Wrong, it felt so wrong. An intrusive thing that still refused him silence.

He lay there, in a domain of cold stone and bleak lights. His gaze set on the ceiling and the stone arches painted with Angels whose faces had become grotesque—or had always been, and he'd simply lacked the eyes to see them truly. The expression of the Angels mocked him, as if asking if this was really what he had wanted?

He turned his head and looked around. Others lay near him, bodies still, eyes closed. Novices. Or corpses. Perhaps both.

The cathedral's columns rose around them, stone Angels carved into each, looking down with the same grotesque faces. Judging. Always judging.

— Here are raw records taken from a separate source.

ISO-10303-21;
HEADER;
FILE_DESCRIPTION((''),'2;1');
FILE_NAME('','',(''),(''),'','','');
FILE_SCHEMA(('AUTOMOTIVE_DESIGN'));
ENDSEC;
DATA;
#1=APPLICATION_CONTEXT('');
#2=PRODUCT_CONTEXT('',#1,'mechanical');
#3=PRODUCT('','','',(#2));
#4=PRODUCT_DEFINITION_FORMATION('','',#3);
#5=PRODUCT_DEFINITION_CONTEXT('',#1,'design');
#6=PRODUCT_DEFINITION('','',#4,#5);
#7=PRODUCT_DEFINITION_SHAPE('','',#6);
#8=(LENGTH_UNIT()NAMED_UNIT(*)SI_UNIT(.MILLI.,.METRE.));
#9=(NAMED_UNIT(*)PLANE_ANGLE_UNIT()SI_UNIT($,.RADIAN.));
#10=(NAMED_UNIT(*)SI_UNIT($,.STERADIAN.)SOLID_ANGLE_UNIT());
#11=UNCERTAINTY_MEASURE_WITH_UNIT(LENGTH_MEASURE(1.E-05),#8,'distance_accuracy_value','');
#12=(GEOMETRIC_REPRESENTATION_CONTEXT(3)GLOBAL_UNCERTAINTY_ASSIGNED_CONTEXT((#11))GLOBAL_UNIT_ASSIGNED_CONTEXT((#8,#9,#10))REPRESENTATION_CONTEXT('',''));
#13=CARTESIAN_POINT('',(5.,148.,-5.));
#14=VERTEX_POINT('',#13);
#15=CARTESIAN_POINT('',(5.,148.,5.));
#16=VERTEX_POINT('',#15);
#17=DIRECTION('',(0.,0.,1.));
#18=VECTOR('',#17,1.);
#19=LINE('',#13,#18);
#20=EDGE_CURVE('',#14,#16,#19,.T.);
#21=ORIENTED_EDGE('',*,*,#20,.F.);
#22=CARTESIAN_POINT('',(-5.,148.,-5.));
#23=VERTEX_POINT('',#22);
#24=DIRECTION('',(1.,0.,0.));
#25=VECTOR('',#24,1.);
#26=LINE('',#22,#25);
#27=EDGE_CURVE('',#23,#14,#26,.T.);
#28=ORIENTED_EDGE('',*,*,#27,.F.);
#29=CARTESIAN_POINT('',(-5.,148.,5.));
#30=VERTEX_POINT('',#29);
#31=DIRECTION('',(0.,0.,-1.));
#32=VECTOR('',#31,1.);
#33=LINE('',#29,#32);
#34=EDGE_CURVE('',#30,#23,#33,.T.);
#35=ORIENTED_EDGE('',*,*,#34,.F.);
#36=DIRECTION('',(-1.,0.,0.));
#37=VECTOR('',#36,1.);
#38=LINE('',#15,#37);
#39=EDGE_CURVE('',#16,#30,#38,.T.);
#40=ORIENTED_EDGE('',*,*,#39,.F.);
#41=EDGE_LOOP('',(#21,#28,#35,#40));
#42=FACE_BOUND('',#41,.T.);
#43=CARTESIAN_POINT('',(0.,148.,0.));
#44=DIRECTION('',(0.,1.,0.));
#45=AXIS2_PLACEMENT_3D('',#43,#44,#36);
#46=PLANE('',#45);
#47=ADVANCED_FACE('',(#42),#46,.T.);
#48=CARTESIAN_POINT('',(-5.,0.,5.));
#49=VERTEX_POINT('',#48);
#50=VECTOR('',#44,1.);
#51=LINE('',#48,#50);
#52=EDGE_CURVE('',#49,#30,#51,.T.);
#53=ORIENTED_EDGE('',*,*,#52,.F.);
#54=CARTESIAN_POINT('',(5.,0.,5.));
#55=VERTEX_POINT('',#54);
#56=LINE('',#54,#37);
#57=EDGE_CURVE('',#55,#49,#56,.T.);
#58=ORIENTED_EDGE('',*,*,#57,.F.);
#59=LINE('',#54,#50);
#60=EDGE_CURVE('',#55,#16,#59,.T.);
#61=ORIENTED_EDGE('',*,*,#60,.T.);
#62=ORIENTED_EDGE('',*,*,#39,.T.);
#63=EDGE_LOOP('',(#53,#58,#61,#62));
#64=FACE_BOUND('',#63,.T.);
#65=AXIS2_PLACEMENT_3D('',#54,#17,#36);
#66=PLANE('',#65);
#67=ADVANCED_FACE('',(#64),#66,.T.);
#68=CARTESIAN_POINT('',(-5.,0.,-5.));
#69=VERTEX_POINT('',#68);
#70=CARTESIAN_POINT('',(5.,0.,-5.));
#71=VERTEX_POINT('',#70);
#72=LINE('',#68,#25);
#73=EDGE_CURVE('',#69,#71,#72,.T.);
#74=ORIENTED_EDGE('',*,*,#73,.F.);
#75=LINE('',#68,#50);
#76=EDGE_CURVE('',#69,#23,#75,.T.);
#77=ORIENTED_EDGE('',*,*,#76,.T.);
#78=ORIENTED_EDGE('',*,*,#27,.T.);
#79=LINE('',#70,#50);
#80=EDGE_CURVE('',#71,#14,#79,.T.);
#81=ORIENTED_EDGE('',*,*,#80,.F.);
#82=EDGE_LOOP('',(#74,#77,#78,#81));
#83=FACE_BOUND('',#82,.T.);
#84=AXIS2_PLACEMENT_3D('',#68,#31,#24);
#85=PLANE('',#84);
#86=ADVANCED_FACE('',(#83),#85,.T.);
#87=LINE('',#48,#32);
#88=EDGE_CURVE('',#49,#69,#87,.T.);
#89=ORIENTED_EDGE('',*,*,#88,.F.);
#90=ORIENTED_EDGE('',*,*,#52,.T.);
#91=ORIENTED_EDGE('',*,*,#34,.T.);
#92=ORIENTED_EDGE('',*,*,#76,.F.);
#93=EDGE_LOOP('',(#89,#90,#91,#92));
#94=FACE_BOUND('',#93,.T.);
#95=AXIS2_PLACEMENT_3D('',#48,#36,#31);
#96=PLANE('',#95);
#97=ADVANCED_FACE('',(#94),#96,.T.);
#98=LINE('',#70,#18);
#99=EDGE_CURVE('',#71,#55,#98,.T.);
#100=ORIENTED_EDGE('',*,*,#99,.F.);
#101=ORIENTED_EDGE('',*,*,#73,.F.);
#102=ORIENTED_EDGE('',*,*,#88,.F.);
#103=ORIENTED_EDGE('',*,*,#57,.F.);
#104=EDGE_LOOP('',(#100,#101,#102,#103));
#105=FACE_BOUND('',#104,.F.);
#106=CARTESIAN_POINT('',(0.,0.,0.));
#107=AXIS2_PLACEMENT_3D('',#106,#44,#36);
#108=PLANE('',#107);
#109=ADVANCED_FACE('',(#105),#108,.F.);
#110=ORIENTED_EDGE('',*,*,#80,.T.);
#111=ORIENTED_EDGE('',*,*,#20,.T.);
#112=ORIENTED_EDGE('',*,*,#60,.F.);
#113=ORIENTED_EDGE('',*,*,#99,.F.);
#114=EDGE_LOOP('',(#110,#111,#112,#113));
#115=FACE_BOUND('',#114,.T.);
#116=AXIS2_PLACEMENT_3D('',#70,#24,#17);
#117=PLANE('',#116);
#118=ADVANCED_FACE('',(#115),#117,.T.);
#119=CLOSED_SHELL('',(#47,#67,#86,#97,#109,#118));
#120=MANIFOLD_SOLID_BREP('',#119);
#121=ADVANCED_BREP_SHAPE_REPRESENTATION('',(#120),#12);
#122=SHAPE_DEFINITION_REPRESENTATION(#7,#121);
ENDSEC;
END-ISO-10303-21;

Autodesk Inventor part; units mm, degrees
ref_plane "YZ Plane" through (0, 0, 0) normal (1, 0, 0) x (0, 1, 0)
ref_plane "XZ Plane" through (0, 0, 0) normal (0, 1, 0) x (-1, 0, 0)
ref_plane "XY Plane" through (0, 0, 0) normal (0, 0, 1) x (1, 0, 0)
sketch "Sketch1" plane through (0, 0, 0) normal (0, 1, 0) x (-1, 0, 0)
  line L0 (-5, 5) -> (5, 5)
  line L1 (5, 5) -> (5, -5)
  line L2 (5, -5) -> (-5, -5)
  line L3 (-5, -5) -> (-5, 5)
  point P0 (0, 0)
  point P1 (5, 0)
  point P2 (0, -5)
  dimension "d0" = 10
  dimension "d1" = 10
extrude "Extrusion1" add sketch "Sketch1" along normal blind 148
properties part number "Vertical Pole_3DPrint"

Foolish. We are so foolish.

He exhaled again and sat up. At the far end of the cathedral, the Grand Priest stood where he had led the novices to their first step. He watched his pupils with an expression Kanrel now recognized. The same emptiness that must have now mirrored his own. They looked at each other across the space. No joy passed between them. No triumph. Kanrel had succeeded, he supposed. It felt like nothing.

He looked up at the painting above the altar. The Angel that had once seemed beautiful now revealed its true nature: wings spread not in grace but dominion, eyes that saw through flesh to the failures beneath. And he understood now why the first Herald's face had been left unpainted. She would have worn this same expression. This same absence.

No wonder. No joy. Nothing.

Only the suffering that was their inheritance, their duty, their eternal burden.

Kanrel stood. His legs held him, barely. The Grand Priest pointed toward the door behind him. Dismissal without words. So he left the cathedral, walked through halls that seemed less real than the void he'd fallen through, and returned to his room. He locked the door.

On the table, the journal lay open. Yesterday's words stared up at him, filled with a naivety that felt like looking at a stranger. He sat down, dipped his pen in ink, baptized it in that dark substance, and wrote:

Now there is nothing but thirst, which will never be quenched.